SQL Can Scale

The Relational Database Meets Cloud-Scale

ClustrixDB proves that relational databases can support  cloud-scale workloads, maintain low latency, high-concurrency, and stay available  during hardware failures.

ClustrixDB rethinks how relational databases can deliver the cloud-scale deployment experience and support the massive transaction volumes that modern applications need. Built from the ground up to scale linearly, operate on any cloud, and out-perform its predecessors, ClustrixDB is not your grandfather’s RDBMS.

 

How ClustrixDB Scales Out

Designed to support high-value, high transaction workloads with low-latency, ClustrixDB is different from your standard relational databases in that it uses a shared-nothing memory and disk architecture, automatic data distribution across all the servers, and automatic parallelization of queries to scale-out SQL. Optimized for performance, ClustrixDB also shifts queries to where the data is in the cluster rather than moving the data around, all of which allowing near-linear scale as your RDBMS cluster grows.

Shared-Nothing Architecture

ClustrixDB is a scale-out relational/SQL database designed with a shared-nothing architecture, the only architecture proven to scale near linearly as you add nodes. Popular cloud-scale data stores, like Hadoop and Redis, can scale-out because they leverage shared-nothing architectures as well. However, these data stores are not databases, and fall short in handling the structured data and cross-node ACID transactions needed in high-value transactions. Traditional relational databases such as MySQL and Aurora leverage single-master, and/or shared-disk architectures, which keep them from scaling-out writes.

The key characteristic of a shared-nothing architecture is that every node owns part of the data, evenly dividing responsibility for reading and writing to the data, and reducing contention.

ClustrixDB also employs independent index distribution, on both primary and secondary keys, using consistent hashing. This allows each node to know exactly on which node the required data resides, without recourse to any kind of ‘leader’ node. All data is only a single hop from the querying node, significantly reducing broadcasts.

In addition, every node has a query compiler and can accept queries. The database engine processes local data within each node. The data map is replicated on all nodes and knows where each primary and secondary key lives.

 

 

Intelligent Data Distribution

ClustrixDB automatically distributes the data across the cluster–all tables are sliced using consistent hashing, and distributed across all the cluster nodes. Slices are similar to shards, but finer grained and managed completely by the patented ClustrixDB Rebalancer. There are a minimum of one mirror (or ‘replica’) of every slice, allowing for high-availability.
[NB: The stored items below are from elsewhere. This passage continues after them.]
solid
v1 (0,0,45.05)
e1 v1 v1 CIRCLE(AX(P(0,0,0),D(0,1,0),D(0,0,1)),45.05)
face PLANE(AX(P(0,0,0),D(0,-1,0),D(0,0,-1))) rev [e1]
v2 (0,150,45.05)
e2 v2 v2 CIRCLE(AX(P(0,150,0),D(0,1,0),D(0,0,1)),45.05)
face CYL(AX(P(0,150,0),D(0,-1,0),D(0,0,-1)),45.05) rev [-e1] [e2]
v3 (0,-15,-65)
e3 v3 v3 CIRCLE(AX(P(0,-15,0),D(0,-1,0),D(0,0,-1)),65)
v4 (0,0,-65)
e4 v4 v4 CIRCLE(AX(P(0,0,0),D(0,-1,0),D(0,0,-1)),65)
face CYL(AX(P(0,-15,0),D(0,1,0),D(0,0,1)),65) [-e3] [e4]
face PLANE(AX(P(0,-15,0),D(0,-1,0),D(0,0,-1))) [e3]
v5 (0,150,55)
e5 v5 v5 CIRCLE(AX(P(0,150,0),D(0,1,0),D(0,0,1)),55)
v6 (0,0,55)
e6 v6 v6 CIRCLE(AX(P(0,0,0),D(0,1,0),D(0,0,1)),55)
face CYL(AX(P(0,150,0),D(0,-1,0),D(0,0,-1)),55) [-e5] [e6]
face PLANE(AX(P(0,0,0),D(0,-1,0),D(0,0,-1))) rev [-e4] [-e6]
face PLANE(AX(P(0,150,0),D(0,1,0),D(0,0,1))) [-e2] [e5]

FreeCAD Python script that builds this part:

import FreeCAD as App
import Part
import Sketcher

V = App.Vector

doc = App.newDocument("Part")
body = doc.addObject("PartDesign::Body", "Body")

# Sketch on XZ plane
sketch1 = body.newObject("Sketcher::SketchObject", "Sketch")
sketch1.AttachmentSupport = (doc.getObject("XZ_Plane"), [""])
sketch1.MapMode = "FlatFace"
sketch1.addGeometry(Part.Circle(V(0, 0, 0), V(0, 0, 1), 55), False)
sketch1.addGeometry(Part.Circle(V(0, 0, 0), V(0, 0, 1), 45.05), False)
sketch1.addConstraint(Sketcher.Constraint("Coincident", 0, 3, -1, 1))
sketch1.addConstraint(Sketcher.Constraint("Coincident", 1, 3, -1, 1))
sketch1.addConstraint(Sketcher.Constraint("Diameter", 0, 110.0))
sketch1.addConstraint(Sketcher.Constraint("Diameter", 1, 90.1))
pad1 = body.newObject("PartDesign::Pad", "Pad")
pad1.Profile = sketch1
pad1.Length = 150
pad1.Reversed = True

# Sketch on XZ plane
sketch2 = body.newObject("Sketcher::SketchObject", "Sketch001")
sketch2.AttachmentSupport = (doc.getObject("XZ_Plane"), [""])
sketch2.MapMode = "FlatFace"
sketch2.addGeometry(Part.Circle(V(0, 0, 0), V(0, 0, 1), 65), False)
sketch2.addConstraint(Sketcher.Constraint("Coincident", 0, 3, -1, 1))
sketch2.addConstraint(Sketcher.Constraint("Diameter", 0, 130.0))
pad2 = body.newObject("PartDesign::Pad", "Pad001")
pad2.Profile = sketch2
pad2.Length = 15

doc.recompute()
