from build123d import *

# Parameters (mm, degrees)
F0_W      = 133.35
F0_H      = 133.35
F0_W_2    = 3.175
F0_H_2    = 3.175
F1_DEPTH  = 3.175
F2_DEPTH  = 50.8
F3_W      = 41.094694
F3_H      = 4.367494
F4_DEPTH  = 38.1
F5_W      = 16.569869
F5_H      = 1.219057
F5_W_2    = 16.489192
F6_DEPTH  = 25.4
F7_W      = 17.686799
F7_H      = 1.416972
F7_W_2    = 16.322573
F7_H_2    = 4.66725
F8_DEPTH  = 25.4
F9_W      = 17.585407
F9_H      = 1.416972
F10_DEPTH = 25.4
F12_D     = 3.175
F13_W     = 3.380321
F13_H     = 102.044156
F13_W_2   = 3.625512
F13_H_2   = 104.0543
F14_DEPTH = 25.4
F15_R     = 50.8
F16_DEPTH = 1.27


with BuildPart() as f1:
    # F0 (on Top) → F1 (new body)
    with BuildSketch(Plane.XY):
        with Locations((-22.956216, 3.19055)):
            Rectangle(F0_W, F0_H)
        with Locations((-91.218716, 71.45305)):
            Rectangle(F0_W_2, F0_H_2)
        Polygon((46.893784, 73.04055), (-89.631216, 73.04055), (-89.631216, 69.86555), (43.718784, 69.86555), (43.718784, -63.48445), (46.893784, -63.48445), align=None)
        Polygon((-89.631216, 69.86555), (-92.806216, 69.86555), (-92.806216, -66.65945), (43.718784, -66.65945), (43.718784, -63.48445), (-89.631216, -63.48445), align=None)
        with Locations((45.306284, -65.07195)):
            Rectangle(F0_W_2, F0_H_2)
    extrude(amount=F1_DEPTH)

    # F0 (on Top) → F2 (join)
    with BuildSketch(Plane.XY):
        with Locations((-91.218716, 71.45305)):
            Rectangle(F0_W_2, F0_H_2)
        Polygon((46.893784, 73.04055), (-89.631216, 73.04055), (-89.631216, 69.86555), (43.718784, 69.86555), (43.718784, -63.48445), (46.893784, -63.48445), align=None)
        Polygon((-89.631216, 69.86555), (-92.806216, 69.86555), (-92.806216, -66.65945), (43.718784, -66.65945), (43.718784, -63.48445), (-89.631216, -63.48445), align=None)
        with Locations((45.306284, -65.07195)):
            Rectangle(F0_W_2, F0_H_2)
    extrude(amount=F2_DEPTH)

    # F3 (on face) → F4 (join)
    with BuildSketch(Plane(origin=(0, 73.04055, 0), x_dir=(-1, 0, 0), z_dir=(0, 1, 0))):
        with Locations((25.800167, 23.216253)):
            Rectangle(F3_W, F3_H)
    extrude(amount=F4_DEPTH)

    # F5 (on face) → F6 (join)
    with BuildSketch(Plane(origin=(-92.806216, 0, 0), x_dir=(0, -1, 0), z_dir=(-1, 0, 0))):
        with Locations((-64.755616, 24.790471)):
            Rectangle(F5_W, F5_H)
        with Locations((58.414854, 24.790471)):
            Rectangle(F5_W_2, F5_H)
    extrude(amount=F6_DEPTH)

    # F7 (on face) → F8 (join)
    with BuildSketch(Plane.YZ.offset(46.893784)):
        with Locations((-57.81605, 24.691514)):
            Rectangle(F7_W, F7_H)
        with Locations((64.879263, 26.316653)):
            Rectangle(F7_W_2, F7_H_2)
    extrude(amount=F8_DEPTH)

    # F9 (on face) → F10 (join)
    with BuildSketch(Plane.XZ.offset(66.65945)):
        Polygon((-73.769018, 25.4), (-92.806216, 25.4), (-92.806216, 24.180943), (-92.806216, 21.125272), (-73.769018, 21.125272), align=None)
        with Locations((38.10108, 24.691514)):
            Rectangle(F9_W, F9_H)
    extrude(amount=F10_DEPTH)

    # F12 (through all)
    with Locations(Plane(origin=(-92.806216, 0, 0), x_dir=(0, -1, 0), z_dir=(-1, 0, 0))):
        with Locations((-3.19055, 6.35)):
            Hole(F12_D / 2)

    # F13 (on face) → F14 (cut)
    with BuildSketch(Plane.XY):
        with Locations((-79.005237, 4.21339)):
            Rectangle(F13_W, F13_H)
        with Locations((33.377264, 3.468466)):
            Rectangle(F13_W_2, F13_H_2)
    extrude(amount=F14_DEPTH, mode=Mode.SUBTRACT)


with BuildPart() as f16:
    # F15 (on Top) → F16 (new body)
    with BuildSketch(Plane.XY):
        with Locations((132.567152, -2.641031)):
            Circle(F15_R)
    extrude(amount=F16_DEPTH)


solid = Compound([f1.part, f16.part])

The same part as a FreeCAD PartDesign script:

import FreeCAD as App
import Part
import Sketcher
from FreeCAD import Vector
Q = App.Units.Quantity

doc = App.newDocument("Part")
body = doc.addObject("PartDesign::Body", "Body")

# Sketch on XY plane
sketch1 = body.newObject("Sketcher::SketchObject", "Sketch")
sketch1.AttachmentSupport = (doc.getObject("XY_Plane"), [""])
sketch1.MapMode = "FlatFace"
sketch1.addGeometry([
    Part.LineSegment(Vector(47, 73, 0), Vector(-93, 73, 0)),
    Part.LineSegment(Vector(-93, 73, 0), Vector(-93, -67, 0)),
    Part.LineSegment(Vector(-93, -67, 0), Vector(47, -67, 0)),
    Part.LineSegment(Vector(47, -67, 0), Vector(47, 73, 0)),
], False)
sketch1.addConstraint([
    Sketcher.Constraint("Coincident", 0, 2, 1, 1),
    Sketcher.Constraint("Coincident", 1, 2, 2, 1),
    Sketcher.Constraint("Coincident", 2, 2, 3, 1),
    Sketcher.Constraint("Coincident", 3, 2, 0, 1),
    Sketcher.Constraint("Horizontal", 0),
    Sketcher.Constraint("Vertical", 1),
    Sketcher.Constraint("Horizontal", 2),
    Sketcher.Constraint("Vertical", 3),
    Sketcher.Constraint("Equal", 2, 1),
    Sketcher.Constraint("DistanceX", 0, 2, 0, 1, Q("5.5 in")),
    Sketcher.Constraint("DistanceY", -1, 1, 0, 2, 73.04055),
    Sketcher.Constraint("DistanceX", 0, 2, -1, 1, 92.806216),
])
pad1 = body.newObject("PartDesign::Pad", "Pad")
pad1.Profile = sketch1
pad1.Length = Q("0.125 in")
The ClustrixDB Rebalancer ensures that the data and the workload are distributed evenly across the cluster, operating in the background and avoiding query performance degradation.

The slicing done by ClustrixDB is superior to sharding and other sharding-like approaches used by other databases. Tables are sliced both horizontally and vertically—hash-distributed ranges of rows are distributed across the nodes, as well as different ‘representations’ of tables (E.g., by primary key, by secondary key, by coverage indexes). This fine-grained distribution both maximizes the parallelism of the queries, as well as minimizes hotspots at the storage layer. It is important to remember with sharding each table partition is on its own RDBMS, requiring the application to maintain ACID guarantees for cross-node transactions. With ClustrixDB, the application sees a single logical database, no matter the number of database nodes. Cross-node transactions are always ACID compliant, and referential integrity is always maintained automatically.

 

 

Distributed Query Processing

ClustrixDB brings the query to the data, not the other way around. This approach minimizes data movement across the cluster.
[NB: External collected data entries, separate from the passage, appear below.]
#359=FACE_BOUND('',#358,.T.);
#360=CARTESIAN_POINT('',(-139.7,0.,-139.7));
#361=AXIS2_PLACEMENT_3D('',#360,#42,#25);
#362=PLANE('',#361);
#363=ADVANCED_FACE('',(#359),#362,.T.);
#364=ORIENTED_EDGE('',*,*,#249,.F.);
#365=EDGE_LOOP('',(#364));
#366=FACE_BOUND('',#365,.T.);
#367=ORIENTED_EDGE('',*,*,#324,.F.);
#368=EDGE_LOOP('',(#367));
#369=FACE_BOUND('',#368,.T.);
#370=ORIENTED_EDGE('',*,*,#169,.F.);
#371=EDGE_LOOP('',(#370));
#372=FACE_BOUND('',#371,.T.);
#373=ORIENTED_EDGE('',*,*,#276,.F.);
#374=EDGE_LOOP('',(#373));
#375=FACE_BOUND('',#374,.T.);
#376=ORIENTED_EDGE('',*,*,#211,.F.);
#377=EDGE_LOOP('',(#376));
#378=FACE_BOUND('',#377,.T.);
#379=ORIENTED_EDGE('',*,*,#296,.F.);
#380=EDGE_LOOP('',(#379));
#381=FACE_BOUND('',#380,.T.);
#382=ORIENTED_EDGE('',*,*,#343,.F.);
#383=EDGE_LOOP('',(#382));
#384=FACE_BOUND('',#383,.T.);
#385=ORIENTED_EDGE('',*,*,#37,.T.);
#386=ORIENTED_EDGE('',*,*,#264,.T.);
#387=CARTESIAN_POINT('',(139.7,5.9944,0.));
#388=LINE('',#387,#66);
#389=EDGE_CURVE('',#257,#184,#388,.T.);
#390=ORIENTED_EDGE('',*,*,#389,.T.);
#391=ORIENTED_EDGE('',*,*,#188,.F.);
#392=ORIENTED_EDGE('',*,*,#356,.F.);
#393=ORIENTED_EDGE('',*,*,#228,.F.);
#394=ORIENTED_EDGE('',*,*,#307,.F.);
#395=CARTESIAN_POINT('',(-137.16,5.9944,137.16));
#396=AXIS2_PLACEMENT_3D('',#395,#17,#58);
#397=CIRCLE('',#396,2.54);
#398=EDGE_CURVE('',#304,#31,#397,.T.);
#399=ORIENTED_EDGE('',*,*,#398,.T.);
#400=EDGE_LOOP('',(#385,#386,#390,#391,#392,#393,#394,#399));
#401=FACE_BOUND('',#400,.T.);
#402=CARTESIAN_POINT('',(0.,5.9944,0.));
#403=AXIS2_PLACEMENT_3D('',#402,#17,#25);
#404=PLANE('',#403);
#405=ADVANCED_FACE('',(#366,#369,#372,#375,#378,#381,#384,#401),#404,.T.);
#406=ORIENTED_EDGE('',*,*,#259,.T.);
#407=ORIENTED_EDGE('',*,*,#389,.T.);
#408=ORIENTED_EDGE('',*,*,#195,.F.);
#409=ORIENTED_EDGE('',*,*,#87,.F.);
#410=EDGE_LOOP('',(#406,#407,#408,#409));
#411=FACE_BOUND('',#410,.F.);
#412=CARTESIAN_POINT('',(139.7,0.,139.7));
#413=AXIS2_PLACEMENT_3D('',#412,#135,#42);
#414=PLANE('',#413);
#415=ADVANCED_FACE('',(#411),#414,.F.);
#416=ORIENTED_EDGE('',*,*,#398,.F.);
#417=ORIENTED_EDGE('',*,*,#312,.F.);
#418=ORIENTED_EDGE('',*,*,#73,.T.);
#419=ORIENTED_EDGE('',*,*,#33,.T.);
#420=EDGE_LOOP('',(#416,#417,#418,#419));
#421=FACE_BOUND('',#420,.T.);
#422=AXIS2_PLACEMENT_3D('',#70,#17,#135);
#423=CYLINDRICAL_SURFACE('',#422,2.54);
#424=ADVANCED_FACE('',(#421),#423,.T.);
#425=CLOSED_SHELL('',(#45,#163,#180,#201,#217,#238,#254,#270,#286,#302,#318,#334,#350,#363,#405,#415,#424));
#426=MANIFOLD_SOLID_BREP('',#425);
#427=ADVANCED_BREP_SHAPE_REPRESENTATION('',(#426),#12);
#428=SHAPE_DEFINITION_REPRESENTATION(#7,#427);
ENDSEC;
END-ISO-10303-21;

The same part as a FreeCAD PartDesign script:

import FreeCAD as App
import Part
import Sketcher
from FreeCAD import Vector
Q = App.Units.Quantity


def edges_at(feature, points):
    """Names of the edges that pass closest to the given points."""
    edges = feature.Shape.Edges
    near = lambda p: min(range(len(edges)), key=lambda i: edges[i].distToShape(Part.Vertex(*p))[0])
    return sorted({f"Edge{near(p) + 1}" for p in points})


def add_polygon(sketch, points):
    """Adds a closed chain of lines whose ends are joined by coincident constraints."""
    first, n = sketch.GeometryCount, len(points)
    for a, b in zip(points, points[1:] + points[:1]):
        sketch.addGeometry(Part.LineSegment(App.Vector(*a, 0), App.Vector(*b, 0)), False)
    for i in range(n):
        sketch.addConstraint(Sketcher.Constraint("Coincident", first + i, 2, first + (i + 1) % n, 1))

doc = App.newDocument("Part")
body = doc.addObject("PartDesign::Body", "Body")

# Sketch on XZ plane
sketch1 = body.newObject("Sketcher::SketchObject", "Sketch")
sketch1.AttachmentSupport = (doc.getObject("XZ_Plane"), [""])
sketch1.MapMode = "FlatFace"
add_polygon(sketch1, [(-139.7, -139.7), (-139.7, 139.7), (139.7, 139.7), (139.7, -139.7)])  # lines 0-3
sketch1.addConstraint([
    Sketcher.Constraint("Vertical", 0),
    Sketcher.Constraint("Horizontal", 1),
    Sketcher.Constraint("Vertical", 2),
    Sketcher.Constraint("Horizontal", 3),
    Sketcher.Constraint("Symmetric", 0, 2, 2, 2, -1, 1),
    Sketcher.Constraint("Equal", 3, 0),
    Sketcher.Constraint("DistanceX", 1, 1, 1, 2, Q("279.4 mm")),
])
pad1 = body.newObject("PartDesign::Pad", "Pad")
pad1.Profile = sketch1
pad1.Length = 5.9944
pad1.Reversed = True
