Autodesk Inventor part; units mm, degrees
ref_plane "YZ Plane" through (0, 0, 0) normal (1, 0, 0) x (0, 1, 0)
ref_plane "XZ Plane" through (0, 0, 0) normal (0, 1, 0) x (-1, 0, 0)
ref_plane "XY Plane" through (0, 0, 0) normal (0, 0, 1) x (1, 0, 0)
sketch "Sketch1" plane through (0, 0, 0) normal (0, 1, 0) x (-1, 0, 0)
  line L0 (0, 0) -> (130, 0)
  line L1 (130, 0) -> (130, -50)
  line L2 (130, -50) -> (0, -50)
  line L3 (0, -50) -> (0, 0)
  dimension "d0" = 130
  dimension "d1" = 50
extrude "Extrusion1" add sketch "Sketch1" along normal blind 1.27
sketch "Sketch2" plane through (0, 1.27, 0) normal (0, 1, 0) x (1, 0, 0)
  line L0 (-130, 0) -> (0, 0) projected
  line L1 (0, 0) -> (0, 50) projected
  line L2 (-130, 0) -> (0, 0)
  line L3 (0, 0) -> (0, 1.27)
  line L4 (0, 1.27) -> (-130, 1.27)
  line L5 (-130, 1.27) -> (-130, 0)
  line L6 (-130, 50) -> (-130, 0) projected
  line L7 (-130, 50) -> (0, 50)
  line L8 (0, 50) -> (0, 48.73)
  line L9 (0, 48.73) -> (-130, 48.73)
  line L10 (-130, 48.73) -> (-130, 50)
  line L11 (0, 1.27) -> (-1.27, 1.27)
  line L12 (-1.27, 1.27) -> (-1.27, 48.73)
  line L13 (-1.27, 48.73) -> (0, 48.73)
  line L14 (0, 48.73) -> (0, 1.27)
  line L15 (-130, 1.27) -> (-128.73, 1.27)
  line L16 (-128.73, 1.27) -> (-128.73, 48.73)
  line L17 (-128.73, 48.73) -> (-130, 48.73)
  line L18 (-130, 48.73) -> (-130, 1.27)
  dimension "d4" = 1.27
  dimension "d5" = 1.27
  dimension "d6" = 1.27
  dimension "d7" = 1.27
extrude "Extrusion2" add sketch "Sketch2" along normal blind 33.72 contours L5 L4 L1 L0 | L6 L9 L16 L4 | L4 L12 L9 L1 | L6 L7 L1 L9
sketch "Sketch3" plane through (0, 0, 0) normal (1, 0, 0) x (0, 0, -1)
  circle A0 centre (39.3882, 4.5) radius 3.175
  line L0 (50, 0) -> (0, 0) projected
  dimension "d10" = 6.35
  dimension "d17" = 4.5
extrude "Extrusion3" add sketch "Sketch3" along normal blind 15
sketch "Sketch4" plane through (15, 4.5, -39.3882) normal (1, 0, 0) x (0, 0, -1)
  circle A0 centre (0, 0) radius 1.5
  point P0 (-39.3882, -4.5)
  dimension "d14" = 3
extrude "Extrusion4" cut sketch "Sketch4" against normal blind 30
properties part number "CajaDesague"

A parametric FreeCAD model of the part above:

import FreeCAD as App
import Part
import Sketcher
from FreeCAD import Vector
Q = App.Units.Quantity

doc = App.newDocument("Part")
body = doc.addObject("PartDesign::Body", "Body")

sketch1 = body.newObject("Sketcher::SketchObject", "Sketch")
sketch1.AttachmentSupport = (doc.getObject("XZ_Plane"), [""])
sketch1.MapMode = "FlatFace"
sketch1.addGeometry(Part.LineSegment(Vector(-130, 0, 0), Vector(0, 0, 0)), False)
sketch1.addGeometry(Part.LineSegment(Vector(0, 0, 0), Vector(0, -50, 0)), False)
sketch1.addGeometry(Part.LineSegment(Vector(0, -50, 0), Vector(-130, -50, 0)), False)
sketch1.addGeometry(Part.LineSegment(Vector(-130, -50, 0), Vector(-130, 0, 0)), False)
sketch1.addConstraint(Sketcher.Constraint("Coincident", 0, 2, 1, 1))
sketch1.addConstraint(Sketcher.Constraint("Coincident", 1, 2, 2, 1))
sketch1.addConstraint(Sketcher.Constraint("Coincident", 2, 2, 3, 1))
sketch1.addConstraint(Sketcher.Constraint("Coincident", 3, 2, 0, 1))
sketch1.addConstraint(Sketcher.Constraint("Horizontal", 0))
sketch1.addConstraint(Sketcher.Constraint("Vertical", 1))
sketch1.addConstraint(Sketcher.Constraint("Horizontal", 2))
sketch1.addConstraint(Sketcher.Constraint("Vertical", 3))
sketch1.addConstraint(Sketcher.Constraint("Coincident", 0, 2, -1, 1))
sketch1.addConstraint(Sketcher.Constraint("DistanceX", 0, 1, 0, 2, Q("5.1181 in")))
sketch1.addConstraint(Sketcher.Constraint("DistanceY", 1, 2, 1, 1, Q("1.9685 in")))
pad1 = body.newObject("PartDesign::Pad", "Pad")
pad1.Profile = sketch1
pad1.Length = Q("0.05 in")
pad1.Reversed = True

sketch2 = body.newObject("Sketcher::SketchObject", "Sketch001")
sketch2.AttachmentSupport = (doc.getObject("XZ_Plane"), [""])
sketch2.MapMode = "FlatFace"
sketch2.AttachmentOffset = App.Placement(Vector(0, 0, -0.05 * 25.4), App.Rotation())
sketch2.addGeometry(Part.LineSegment(Vector(-130, 0, 0), Vector(0, 0, 0)), False)
sketch2.addGeometry(Part.LineSegment(Vector(0, 0, 0), Vector(0, -50, 0)), False)
sketch2.addGeometry(Part.LineSegment(Vector(0, -50, 0), Vector(-130, -50, 0)), False)
sketch2.addGeometry(Part.LineSegment(Vector(-130, -50, 0), Vector(-130, 0, 0)), False)
sketch2.addGeometry(Part.LineSegment(Vector(-1, -1, 0), Vector(-129, -1, 0)), False)
sketch2.addGeometry(Part.LineSegment(Vector(-129, -1, 0), Vector(-129, -49, 0)), False)
sketch2.addGeometry(Part.LineSegment(Vector(-129, -49, 0), Vector(-1, -49, 0)), False)
sketch2.addGeometry(Part.LineSegment(Vector(-1, -49, 0), Vector(-1, -1, 0)), False)
sketch2.addConstraint(Sketcher.Constraint("Coincident", 0, 2, 1, 1))
sketch2.addConstraint(Sketcher.Constraint("Coincident", 1, 2, 2, 1))
sketch2.addConstraint(Sketcher.Constraint("Coincident", 2, 2, 3, 1))
sketch2.addConstraint(Sketcher.Constraint("Coincident", 3, 2, 0, 1))
sketch2.addConstraint(Sketcher.Constraint("Coincident", 4, 2, 5, 1))
sketch2.addConstraint(Sketcher.Constraint("Coincident", 5, 2, 6, 1))
sketch2.addConstraint(Sketcher.Constraint("Coincident", 6, 2, 7, 1))
sketch2.addConstraint(Sketcher.Constraint("Coincident", 7, 2, 4, 1))
sketch2.addConstraint(Sketcher.Constraint("Horizontal", 0))
sketch2.addConstraint(Sketcher.Constraint("Vertical", 1))
sketch2.addConstraint(Sketcher.Constraint("Horizontal", 2))
sketch2.addConstraint(Sketcher.Constraint("Vertical", 3))
sketch2.addConstraint(Sketcher.Constraint("Horizontal", 4))
sketch2.addConstraint(Sketcher.Constraint("Vertical", 5))
sketch2.addConstraint(Sketcher.Constraint("Horizontal", 6))
sketch2.addConstraint(Sketcher.Constraint("Vertical", 7))
sketch2.addConstraint(Sketcher.Constraint("Coincident", 0, 2, -1, 1))
sketch2.addConstraint(Sketcher.Constraint("DistanceY", 4, 2, -1, 1, Q("0.05 in")))
sketch2.addConstraint(Sketcher.Constraint("DistanceX", 6, 2, -1, 1, Q("0.05 in")))
sketch2.addConstraint(Sketcher.Constraint("DistanceX", 3, 2, 4, 2, Q("0.05 in")))
sketch2.addConstraint(Sketcher.Constraint("DistanceY", 2, 2, 5, 2, Q("0.05 in")))
sketch2.addConstraint(Sketcher.Constraint("DistanceX", 0, 1, 0, 2, Q("5.1181 in")))
sketch2.addConstraint(Sketcher.Constraint("DistanceY", 1, 2, 1, 1, Q("1.9685 in")))
pad2 = body.newObject("PartDesign::Pad", "Pad001")
pad2.Profile = sketch2
pad2.Length = 33.72
pad2.Reversed = True

sketch3 = body.newObject("Sketcher::SketchObject", "Sketch002")
sketch3.AttachmentSupport = (doc.getObject("YZ_Plane"), [""])
sketch3.MapMode = "FlatFace"
sketch3.addGeometry(Part.Circle(Vector(4.5, -39.4, 0), Vector(0, 0, 1), 3.2), False)
sketch3.addConstraint(Sketcher.Constraint("Diameter", 0, Q("0.25 in")))
sketch3.addConstraint(Sketcher.Constraint("DistanceX", -1, 1, 0, 3, Q("4.5 mm")))
sketch3.addConstraint(Sketcher.Constraint("DistanceY", 0, 3, -1, 1, Q("39.3882 mm")))
pad3 = body.newObject("PartDesign::Pad", "Pad002")
pad3.Profile = sketch3
pad3.Length = 15

sketch4 = body.newObject("Sketcher::SketchObject", "Sketch003")
sketch4.AttachmentSupport = (doc.getObject("YZ_Plane"), [""])
sketch4.MapMode = "FlatFace"
sketch4.AttachmentOffset = App.Placement(Vector(0, 0, 15), App.Rotation())
sketch4.addGeometry(Part.Circle(Vector(4.5, -39.4, 0), Vector(0, 0, 1), 1.5), False)
sketch4.addConstraint(Sketcher.Constraint("Diameter", 0, Q("0.1181 in")))
sketch4.addConstraint(Sketcher.Constraint("DistanceX", -1, 1, 0, 3, Q("4.5 mm")))
sketch4.addConstraint(Sketcher.Constraint("DistanceY", 0, 3, -1, 1, Q("39.3882 mm")))
pocket1 = body.newObject("PartDesign::Pocket", "Pocket")
pocket1.Profile = sketch4
pocket1.Length = Q("1.1811024 in")

doc.recompute()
The SQL language wasn’t designed to be multi-threaded. For relational databases using a single write master, this isn’t an issue. With ClustrixDB, since each node in the cluster can accept both writes and reads, we needed to parallelize SQL by breaking the queries into component functions, compiling them, and then distributing them across the cluster.

ClustrixDB distributes these compiled query fragments to the server which contains your data, does the operations where the data already is, and then returns the result to you. For example, if you make a request, it lands on ‘server A’, but if server A doesn’t have your data, we dispatch that request to ‘server B’ or ‘server C’ which has the data, and only return the specific data you want, back to ‘server A’. This allows us to parallelize work across multiple systems and really scale-out the database.

As the number of queries grows, data motion across the cluster is actively minimized, and database operations are evenly distributed automatically, allowing ClustrixDB to scale linearly. This strategy also ensures that only one node is trying to write to any piece of data, thus reducing contention, and opening the ClustrixDB to support massive concurrency while maintaining referential integrity and ACID guarantees across every transaction.